◆ **Work order**: From the line that contains "1), 15), False)" to the last line of the records below, retype each line exactly; leave out everything else.

-- Opening Marker --

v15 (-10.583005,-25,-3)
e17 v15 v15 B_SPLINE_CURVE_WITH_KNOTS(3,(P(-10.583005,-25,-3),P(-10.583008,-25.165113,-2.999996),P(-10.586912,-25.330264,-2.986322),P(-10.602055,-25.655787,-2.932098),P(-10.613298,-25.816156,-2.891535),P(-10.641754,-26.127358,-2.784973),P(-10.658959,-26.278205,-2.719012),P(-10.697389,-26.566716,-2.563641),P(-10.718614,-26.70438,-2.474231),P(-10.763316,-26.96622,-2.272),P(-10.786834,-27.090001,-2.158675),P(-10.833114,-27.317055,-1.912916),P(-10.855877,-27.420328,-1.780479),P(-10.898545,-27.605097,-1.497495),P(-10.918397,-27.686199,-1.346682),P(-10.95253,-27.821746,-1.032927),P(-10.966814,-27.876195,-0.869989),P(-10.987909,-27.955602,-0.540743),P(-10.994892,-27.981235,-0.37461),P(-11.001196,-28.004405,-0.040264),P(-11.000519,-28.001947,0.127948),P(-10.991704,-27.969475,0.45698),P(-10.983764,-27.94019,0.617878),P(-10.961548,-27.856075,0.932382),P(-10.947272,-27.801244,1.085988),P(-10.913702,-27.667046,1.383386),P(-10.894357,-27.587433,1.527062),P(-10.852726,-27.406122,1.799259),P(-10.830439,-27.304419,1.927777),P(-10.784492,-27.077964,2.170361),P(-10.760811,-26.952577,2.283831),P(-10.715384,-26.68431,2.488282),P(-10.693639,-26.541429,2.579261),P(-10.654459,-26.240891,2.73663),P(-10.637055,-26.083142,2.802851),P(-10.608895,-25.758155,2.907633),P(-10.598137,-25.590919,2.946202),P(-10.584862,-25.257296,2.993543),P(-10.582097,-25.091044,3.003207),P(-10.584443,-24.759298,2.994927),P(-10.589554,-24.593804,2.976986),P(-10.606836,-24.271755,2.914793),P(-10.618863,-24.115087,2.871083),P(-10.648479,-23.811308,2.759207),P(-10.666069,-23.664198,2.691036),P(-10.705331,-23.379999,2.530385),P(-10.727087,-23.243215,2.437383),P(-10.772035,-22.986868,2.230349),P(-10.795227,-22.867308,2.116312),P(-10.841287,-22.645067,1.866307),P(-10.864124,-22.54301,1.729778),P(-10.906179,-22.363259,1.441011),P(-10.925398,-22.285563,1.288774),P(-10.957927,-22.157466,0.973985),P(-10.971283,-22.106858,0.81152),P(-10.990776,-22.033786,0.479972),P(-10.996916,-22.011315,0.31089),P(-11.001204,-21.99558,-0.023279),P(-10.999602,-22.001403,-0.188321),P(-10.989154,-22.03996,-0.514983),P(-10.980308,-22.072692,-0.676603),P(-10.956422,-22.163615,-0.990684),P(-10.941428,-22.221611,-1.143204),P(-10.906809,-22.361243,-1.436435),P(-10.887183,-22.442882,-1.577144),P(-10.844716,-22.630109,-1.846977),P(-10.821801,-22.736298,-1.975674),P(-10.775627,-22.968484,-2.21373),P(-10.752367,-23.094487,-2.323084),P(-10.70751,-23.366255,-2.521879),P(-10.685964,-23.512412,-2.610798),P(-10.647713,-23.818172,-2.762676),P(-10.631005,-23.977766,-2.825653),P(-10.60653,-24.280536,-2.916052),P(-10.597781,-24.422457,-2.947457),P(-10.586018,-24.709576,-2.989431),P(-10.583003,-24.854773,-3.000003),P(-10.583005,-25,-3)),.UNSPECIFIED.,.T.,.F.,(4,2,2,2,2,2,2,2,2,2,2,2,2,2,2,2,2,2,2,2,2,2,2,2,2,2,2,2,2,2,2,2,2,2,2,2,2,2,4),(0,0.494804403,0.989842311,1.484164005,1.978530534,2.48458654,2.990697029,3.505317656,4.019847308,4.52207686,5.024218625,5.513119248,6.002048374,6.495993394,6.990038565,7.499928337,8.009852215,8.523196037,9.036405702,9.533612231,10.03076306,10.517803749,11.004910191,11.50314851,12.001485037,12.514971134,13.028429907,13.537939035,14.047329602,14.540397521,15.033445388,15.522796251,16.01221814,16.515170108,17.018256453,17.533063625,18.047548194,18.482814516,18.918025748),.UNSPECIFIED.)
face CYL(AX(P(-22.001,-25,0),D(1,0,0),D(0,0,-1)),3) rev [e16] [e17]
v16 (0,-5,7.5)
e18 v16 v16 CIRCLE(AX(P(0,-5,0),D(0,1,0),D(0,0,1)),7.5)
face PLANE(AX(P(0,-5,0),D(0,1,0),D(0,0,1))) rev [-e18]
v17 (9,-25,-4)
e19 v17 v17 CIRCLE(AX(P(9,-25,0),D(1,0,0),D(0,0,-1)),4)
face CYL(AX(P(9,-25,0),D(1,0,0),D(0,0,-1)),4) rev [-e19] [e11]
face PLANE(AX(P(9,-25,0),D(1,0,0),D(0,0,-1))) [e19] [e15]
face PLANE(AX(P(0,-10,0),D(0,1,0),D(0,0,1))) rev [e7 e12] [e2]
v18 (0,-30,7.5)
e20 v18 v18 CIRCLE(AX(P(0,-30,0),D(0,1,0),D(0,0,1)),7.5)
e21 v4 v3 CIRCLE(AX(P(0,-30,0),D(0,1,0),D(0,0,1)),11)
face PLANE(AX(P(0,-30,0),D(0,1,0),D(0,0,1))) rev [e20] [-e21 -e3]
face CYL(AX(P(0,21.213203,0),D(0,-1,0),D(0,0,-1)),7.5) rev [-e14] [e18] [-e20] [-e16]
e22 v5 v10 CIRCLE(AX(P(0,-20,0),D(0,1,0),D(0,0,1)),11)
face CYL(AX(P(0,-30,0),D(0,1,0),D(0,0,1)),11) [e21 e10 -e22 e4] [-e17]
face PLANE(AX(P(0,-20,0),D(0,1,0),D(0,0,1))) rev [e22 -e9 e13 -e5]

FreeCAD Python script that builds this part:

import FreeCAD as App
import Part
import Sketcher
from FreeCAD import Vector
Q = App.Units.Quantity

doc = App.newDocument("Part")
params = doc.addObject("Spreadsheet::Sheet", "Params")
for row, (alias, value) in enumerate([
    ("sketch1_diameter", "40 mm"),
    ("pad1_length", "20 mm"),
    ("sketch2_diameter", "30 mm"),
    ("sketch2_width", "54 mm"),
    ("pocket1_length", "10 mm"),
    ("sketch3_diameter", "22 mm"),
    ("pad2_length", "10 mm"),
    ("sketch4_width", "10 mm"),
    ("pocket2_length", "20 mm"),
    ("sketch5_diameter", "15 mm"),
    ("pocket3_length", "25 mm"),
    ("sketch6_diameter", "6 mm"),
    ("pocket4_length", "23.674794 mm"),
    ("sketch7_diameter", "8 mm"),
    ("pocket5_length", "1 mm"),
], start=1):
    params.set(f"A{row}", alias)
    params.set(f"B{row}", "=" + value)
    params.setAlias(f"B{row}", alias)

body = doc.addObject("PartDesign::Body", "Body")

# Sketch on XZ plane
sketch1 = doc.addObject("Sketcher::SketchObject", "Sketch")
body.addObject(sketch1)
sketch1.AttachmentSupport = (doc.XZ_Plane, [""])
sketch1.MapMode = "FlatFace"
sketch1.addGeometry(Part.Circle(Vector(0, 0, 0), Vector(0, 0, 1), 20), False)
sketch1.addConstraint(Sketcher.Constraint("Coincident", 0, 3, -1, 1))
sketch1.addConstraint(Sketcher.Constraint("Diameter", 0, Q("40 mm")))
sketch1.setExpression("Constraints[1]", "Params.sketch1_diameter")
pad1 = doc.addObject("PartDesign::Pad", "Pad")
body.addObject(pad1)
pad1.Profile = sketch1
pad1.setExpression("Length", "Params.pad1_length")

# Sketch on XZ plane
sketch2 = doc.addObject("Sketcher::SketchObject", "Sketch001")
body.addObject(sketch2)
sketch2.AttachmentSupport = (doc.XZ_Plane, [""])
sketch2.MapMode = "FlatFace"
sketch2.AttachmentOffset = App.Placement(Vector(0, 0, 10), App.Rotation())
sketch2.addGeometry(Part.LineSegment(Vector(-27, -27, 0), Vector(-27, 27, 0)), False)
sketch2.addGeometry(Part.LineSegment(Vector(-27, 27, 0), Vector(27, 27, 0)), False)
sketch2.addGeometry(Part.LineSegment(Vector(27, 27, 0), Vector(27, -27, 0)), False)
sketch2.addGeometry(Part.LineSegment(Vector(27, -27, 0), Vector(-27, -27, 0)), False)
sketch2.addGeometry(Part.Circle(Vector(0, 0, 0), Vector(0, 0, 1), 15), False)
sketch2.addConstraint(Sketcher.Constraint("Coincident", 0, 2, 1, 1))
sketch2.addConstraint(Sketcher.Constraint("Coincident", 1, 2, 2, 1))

-- Closing Marker --

◆ **Solution to this exercise**:
sketch2.addGeometry(Part.Circle(Vector(0, 0, 0), Vector(0, 0, 1), 15), False)
sketch2.addConstraint(Sketcher.Constraint("Coincident", 0, 2, 1, 1))
sketch2.addConstraint(Sketcher.Constraint("Coincident", 1, 2, 2, 1))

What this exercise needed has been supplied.